Autonomous Spacecraft Subsystem Fault Detection, Isolation, Diagnosis, and Recovery
Stottler Henke has developed a sophisticated spacecraft subsystem Fault Detection, Isolation, and Diagnosis capability combined with our Aurora Space Application Planning and Scheduling framework. Together these provide a high-level, closed loop system for fully automated detection of faults and anomalies; diagnosing the underlying causes; and planning, scheduling, and executing recovery and reconfiguration activities. Following a detected fault, this automated capability helps to maximally recoup spacecraft subsystem functionality, and optimally fulfill mission objectives to the degree possible.
Our MAESTRO (Management through intelligent, AdaptivE, autonomouS, faulT identification and diagnosis, Reconfiguration/replanning/rescheduling Optimization) architecture is designed for straight-forward reapplication to different spacecraft subsystem management problems.
MAESTRO can be configured with standalone subsystem or problem-specific modules, or they can be easily integrated with one another to execute as a closed-loop in a variety of computational environments, including in highly distributed situations. We integrated our AI Modules within NASA’s core Flight System (cFS) so that they can be used (through cFS) on a wide variety of spacecraft, from large human exploration vehicles to small scientific instruments down to the cubesat level. We also integrated these same AI Modules on Montana State University’s RadPC (radiation-tolerant processing FPGAs) in an experiment onboard the ISS that detected and diagnosed issues with the EPS and RadPC itself. Other applications include the xEMU Portable Life Support System (PLSS), Gateway PPE Electrical Power System (EPS), and Mars Transit Vehicle.

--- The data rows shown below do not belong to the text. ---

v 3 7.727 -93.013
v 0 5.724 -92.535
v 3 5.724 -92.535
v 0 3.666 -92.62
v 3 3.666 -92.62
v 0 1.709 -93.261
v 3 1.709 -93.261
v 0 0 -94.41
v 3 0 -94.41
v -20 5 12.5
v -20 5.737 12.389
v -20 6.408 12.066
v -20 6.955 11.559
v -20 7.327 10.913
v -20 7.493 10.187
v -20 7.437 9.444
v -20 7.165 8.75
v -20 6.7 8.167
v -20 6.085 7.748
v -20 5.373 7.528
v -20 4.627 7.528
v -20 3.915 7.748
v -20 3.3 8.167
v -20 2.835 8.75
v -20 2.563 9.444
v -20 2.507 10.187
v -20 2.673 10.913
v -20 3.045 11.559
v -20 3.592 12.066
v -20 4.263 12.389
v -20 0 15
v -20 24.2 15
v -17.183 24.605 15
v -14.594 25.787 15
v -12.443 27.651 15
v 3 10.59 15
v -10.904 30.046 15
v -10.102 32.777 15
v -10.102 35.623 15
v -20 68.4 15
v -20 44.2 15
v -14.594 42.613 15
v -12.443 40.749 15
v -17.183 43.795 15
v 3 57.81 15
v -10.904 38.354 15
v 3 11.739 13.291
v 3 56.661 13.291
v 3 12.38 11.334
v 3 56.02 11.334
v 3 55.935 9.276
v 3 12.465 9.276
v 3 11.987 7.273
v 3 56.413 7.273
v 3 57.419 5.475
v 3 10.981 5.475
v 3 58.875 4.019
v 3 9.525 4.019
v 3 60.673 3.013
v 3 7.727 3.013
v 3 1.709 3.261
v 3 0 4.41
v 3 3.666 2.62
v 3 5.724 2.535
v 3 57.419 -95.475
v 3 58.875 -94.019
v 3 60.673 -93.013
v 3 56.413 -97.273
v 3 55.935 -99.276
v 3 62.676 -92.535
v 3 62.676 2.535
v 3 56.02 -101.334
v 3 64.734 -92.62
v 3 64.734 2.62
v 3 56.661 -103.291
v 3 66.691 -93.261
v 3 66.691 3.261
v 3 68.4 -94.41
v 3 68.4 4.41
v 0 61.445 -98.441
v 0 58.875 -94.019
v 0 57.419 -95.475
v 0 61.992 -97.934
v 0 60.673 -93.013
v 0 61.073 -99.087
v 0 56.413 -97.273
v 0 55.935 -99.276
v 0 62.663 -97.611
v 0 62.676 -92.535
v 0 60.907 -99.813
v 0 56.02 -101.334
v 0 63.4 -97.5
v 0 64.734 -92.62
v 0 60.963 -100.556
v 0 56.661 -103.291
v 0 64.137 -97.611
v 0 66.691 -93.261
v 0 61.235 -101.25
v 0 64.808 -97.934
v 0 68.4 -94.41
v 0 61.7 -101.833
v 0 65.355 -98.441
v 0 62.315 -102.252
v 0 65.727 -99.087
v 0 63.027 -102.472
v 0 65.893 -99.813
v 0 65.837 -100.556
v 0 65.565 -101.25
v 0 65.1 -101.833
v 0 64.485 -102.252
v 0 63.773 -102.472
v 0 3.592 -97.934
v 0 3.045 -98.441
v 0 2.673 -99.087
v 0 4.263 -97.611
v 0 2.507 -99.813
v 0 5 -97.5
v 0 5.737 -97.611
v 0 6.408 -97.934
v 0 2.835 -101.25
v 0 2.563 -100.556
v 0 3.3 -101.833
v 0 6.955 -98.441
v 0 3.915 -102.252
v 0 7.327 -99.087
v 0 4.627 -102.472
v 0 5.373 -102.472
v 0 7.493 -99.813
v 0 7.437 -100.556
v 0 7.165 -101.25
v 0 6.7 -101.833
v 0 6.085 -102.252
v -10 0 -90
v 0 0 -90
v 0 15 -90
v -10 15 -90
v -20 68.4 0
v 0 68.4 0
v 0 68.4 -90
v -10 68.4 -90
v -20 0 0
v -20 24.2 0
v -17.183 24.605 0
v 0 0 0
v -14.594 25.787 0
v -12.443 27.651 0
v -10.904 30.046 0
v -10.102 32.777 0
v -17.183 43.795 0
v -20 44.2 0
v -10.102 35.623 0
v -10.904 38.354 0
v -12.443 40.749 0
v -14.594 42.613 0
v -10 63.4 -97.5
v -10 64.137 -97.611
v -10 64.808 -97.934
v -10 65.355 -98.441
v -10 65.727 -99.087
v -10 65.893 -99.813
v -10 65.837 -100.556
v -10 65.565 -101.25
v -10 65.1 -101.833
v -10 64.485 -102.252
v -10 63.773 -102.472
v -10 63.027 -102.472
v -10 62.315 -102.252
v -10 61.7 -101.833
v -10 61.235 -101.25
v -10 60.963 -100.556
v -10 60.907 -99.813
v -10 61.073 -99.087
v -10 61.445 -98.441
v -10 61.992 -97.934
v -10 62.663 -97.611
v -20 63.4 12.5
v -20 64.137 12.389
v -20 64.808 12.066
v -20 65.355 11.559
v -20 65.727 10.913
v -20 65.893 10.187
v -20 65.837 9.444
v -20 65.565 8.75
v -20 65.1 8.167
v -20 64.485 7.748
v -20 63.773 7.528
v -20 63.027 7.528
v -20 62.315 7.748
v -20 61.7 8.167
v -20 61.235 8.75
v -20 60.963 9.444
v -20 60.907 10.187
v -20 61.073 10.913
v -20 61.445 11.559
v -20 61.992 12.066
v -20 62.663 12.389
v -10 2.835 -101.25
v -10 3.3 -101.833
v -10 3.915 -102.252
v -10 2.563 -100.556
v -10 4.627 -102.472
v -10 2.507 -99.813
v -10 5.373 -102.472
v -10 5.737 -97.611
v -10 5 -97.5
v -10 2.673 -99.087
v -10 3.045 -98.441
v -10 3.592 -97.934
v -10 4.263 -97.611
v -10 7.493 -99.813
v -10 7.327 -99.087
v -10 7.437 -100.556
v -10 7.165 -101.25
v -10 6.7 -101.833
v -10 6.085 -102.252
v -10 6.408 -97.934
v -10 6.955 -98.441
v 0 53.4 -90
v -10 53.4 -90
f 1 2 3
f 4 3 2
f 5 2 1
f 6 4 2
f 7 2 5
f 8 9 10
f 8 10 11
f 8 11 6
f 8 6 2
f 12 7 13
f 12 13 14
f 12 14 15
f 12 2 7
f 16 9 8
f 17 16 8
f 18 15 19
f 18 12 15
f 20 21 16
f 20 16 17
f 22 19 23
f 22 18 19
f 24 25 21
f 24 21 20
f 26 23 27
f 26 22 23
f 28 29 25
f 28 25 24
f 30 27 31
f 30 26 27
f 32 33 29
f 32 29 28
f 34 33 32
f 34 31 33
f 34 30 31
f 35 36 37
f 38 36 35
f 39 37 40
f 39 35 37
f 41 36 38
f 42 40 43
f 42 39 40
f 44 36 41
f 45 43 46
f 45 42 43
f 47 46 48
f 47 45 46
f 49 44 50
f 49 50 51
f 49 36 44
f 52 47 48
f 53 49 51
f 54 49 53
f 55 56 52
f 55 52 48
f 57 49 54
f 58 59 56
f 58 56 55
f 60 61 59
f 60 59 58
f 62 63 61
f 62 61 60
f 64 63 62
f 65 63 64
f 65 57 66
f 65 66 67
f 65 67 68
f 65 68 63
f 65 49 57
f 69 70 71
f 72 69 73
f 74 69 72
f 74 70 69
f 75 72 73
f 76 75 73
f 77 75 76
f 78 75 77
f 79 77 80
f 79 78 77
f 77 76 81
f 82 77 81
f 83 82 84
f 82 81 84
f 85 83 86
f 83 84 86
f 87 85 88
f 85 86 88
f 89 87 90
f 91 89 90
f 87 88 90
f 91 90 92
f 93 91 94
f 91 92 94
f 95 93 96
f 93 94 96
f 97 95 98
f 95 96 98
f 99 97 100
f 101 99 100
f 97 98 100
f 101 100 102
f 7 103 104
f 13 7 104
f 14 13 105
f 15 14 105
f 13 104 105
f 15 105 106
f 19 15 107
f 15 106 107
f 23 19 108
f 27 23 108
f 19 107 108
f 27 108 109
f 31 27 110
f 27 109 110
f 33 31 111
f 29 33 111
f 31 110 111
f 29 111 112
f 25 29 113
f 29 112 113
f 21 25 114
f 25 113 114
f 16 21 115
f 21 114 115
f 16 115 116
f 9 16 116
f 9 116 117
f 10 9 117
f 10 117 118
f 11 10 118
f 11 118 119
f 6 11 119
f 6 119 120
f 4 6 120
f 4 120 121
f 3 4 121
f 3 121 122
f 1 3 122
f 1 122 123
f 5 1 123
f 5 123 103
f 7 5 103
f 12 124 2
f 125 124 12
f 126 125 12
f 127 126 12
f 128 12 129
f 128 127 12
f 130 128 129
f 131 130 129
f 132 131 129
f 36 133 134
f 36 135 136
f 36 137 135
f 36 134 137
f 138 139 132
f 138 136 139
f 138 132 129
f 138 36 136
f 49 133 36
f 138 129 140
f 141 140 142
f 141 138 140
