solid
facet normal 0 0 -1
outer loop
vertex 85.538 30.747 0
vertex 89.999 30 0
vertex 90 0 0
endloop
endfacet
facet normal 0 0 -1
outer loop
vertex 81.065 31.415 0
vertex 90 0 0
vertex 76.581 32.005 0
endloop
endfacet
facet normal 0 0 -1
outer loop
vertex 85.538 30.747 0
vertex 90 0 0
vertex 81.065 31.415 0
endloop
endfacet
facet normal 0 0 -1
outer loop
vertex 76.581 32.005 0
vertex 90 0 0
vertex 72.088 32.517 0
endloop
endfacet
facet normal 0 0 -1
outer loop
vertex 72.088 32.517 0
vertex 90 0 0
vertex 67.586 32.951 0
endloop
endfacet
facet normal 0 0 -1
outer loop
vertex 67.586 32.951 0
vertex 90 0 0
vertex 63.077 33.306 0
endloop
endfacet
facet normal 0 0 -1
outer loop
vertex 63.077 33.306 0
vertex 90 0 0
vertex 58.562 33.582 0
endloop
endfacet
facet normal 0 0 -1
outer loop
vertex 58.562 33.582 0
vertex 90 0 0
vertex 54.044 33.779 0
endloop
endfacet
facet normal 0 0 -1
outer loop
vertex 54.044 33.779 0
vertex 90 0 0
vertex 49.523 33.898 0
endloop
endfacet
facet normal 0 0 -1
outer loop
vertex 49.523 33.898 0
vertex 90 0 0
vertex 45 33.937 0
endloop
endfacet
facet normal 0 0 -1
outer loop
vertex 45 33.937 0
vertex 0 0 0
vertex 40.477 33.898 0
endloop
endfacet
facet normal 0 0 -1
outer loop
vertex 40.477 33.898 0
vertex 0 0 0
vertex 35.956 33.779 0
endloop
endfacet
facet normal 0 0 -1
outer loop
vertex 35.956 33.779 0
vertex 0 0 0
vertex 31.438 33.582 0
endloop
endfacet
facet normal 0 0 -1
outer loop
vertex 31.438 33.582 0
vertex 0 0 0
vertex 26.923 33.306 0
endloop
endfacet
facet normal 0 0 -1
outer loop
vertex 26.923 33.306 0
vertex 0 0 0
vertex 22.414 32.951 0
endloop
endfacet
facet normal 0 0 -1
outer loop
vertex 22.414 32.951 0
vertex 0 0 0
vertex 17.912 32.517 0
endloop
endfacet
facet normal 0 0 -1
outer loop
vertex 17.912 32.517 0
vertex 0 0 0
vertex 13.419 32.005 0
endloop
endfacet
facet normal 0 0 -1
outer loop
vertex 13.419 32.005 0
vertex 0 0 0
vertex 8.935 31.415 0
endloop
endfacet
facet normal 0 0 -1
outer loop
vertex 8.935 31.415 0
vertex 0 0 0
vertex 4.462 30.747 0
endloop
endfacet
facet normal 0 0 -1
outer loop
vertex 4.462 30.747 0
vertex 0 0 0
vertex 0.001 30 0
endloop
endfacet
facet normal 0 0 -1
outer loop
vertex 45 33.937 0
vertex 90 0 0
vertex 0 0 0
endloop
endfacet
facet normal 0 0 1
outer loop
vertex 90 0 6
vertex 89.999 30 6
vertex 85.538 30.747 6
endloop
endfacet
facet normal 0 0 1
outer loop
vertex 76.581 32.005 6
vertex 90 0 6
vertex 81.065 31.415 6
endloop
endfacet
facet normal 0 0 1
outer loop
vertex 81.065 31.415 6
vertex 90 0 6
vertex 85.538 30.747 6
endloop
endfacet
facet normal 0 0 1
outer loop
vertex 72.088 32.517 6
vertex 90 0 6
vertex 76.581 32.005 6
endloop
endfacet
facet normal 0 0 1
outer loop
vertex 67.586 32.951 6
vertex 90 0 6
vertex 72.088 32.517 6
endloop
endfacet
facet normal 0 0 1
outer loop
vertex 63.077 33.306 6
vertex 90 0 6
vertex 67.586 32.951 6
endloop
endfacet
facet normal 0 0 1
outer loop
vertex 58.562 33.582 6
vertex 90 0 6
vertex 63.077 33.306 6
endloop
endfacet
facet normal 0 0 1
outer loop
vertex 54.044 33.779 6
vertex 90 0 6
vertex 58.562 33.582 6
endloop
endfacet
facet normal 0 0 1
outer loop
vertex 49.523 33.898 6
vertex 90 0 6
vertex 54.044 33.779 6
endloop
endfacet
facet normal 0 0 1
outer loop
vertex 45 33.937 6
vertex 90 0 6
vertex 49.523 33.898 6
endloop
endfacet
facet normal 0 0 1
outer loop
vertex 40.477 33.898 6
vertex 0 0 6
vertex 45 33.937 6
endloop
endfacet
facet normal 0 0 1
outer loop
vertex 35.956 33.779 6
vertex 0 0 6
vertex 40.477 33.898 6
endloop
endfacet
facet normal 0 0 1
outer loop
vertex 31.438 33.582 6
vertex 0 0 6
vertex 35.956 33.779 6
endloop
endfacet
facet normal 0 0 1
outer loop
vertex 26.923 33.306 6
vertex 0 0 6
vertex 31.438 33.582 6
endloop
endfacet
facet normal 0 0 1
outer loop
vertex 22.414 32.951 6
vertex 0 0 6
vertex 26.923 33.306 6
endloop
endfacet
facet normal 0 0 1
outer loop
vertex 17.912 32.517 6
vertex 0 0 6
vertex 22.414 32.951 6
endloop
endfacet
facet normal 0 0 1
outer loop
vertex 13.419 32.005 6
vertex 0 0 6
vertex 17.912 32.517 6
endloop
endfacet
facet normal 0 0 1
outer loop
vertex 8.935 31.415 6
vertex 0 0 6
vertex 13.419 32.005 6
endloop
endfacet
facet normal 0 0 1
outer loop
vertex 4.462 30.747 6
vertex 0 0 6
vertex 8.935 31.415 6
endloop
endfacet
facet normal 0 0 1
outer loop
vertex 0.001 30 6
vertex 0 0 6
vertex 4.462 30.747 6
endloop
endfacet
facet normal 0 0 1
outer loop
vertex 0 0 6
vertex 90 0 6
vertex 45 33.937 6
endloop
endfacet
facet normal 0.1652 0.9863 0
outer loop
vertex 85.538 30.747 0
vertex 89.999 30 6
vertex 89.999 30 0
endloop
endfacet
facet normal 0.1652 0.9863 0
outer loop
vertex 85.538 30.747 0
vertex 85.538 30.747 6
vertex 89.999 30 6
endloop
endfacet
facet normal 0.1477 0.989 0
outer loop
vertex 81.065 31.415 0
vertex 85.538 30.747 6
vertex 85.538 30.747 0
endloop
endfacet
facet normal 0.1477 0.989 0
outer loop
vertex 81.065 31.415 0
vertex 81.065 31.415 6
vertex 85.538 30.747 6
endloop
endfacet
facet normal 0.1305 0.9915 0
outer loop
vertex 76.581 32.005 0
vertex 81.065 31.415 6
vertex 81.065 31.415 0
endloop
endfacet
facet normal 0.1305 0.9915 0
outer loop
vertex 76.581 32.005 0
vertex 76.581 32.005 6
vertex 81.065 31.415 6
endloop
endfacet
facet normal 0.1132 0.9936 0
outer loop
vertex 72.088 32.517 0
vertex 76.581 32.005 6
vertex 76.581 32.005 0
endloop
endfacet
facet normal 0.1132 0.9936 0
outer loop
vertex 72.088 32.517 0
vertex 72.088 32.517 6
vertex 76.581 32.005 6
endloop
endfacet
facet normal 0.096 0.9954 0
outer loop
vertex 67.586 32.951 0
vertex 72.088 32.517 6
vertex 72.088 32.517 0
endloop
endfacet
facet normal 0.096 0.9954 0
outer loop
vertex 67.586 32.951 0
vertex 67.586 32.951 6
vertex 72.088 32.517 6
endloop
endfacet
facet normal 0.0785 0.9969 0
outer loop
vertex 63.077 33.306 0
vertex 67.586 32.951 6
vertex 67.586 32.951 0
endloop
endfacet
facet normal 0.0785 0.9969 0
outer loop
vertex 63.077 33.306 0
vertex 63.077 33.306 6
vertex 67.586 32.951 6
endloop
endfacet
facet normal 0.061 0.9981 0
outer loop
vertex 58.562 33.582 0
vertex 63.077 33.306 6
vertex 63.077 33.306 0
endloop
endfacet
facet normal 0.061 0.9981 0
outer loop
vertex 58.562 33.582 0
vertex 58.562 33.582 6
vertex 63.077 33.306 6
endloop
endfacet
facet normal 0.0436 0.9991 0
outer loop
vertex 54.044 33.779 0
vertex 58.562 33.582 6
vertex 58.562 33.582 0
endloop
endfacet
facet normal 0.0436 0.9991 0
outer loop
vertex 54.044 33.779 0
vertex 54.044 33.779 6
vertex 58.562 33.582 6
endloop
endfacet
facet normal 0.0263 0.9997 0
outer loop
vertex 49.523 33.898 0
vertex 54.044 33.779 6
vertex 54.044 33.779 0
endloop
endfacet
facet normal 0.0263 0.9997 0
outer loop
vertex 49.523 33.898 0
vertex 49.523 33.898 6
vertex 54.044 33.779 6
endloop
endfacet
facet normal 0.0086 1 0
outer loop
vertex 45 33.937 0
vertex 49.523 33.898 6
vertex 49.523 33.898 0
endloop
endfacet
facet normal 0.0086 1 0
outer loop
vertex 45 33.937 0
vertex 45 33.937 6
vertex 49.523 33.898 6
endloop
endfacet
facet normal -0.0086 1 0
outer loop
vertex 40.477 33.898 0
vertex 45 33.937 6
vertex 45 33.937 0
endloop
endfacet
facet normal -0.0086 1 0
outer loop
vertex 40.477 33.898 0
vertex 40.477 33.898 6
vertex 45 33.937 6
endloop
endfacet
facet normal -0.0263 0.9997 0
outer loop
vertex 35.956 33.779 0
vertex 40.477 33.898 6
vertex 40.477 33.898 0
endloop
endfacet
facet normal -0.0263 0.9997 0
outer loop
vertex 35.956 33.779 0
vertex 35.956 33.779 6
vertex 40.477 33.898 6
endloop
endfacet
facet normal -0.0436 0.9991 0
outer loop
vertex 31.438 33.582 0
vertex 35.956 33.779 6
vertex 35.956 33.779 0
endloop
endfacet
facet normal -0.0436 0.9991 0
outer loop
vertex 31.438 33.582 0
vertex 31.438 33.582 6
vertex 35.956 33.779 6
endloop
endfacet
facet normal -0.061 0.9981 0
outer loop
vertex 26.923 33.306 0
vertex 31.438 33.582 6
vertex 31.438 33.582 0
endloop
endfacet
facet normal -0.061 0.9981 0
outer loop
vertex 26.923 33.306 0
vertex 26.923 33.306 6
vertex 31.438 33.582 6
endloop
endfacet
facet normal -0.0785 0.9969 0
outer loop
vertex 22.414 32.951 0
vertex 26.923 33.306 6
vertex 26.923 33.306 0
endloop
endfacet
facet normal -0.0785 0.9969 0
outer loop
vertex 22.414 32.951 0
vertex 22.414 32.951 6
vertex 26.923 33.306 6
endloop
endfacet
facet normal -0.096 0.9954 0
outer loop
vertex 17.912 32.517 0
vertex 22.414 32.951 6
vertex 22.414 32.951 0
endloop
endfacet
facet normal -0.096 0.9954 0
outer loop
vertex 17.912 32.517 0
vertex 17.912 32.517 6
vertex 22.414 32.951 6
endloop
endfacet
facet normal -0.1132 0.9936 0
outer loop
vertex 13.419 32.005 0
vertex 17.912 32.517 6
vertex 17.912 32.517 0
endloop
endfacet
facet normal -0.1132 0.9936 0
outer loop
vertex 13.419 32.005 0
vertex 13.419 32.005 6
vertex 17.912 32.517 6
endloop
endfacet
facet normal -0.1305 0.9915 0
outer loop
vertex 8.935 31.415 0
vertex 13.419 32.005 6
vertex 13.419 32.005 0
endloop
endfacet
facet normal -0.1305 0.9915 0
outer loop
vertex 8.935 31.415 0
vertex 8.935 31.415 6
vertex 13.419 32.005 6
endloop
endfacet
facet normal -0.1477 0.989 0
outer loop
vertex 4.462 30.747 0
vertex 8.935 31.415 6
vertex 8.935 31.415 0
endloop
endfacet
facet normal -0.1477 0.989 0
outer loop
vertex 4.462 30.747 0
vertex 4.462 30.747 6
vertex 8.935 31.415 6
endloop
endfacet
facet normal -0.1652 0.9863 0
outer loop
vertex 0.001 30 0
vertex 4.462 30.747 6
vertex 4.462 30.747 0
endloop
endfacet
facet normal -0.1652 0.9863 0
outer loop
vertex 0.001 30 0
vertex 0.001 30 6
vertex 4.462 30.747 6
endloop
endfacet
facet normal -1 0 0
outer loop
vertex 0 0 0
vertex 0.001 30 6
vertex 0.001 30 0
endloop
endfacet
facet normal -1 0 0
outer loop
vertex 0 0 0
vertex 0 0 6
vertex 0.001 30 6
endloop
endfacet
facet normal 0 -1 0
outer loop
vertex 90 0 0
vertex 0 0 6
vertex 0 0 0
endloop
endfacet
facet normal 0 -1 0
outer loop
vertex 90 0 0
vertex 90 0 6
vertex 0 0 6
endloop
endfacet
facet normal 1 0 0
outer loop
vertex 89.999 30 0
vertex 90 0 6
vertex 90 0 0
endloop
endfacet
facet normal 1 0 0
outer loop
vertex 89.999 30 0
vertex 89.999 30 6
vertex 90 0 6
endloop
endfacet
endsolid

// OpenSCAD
$fn = 32;

// ----------------------------------------------------------------------
// Arc profile plate: crown, 23 points
// ----------------------------------------------------------------------

// --- parameters (mm) ---
bar_l = 90;               // bar length, X
bar_w = 30;               // bar height at the ends, Y
arc_r = 259.14;           // radius of the crown arc
arc_angle = 20;           // crown arc angle, degrees
crown_rise = 3.94;        // rise of the crown over the ends
arc_step = 1;             // sampling step of the crown arc, degrees
plate_t = 6;              // plate thickness, Z

bbox_y = bar_w + crown_rise;  // full height with the crown

profile = [[89.999, 30], [85.538, 30.747], [81.065, 31.415], [76.581, 32.005], [72.088, 32.517], [67.586, 32.951], [63.077, 33.306], [58.562, 33.582], [54.044, 33.779], [49.523, 33.898], [45, 33.937], [40.477, 33.898], [35.956, 33.779], [31.438, 33.582], [26.923, 33.306], [22.414, 32.951], [17.912, 32.517], [13.419, 32.005], [8.935, 31.415], [4.462, 30.747], [0.001, 30], [0, 0], [90, 0]];  // primary outline, 23 points, counter clockwise

// --- the one profile operation ---
linear_extrude(height = plate_t) polygon(points = profile);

During normal operations, MAESTRO monitors onboard sensor values in order to automatically characterize subsystem components in preparation for detecting failures. Based on that characterization, it automatically predicts resource availability over time and schedules the actions (i.e., determining what activities will occur and when, along with the modes of the associated equipment). During a failure scenario, MAESTRO follows an operational sequence to:
- Detect the problem
- Immediately safe the spacecraft to minimize damage
- Diagnose the problem and determine the root cause
- Determine potential feasible courses of action (COAs) given the failed components or set of possible failed components
- Determine the impact and ramifications of each COA
- Select the most appropriate COA
- Generate the detailed schedule/sequence of actions to implement the COA
- Adaptively execute the required actions.
MAESTRO has already diagnosed real known and novel faults in various spacecraft hardware subsystems and been integrated with NASA’s core Flight System (cFS) and NASA JSC’s IRIS architecture. MAESTRO’s symbolic Model-Based Reasoning (MBR) techniques are being combined with our ADTM SOM ML technology to create a hybrid system that combines the advantages of each approach while mitigating each’s weaknesses.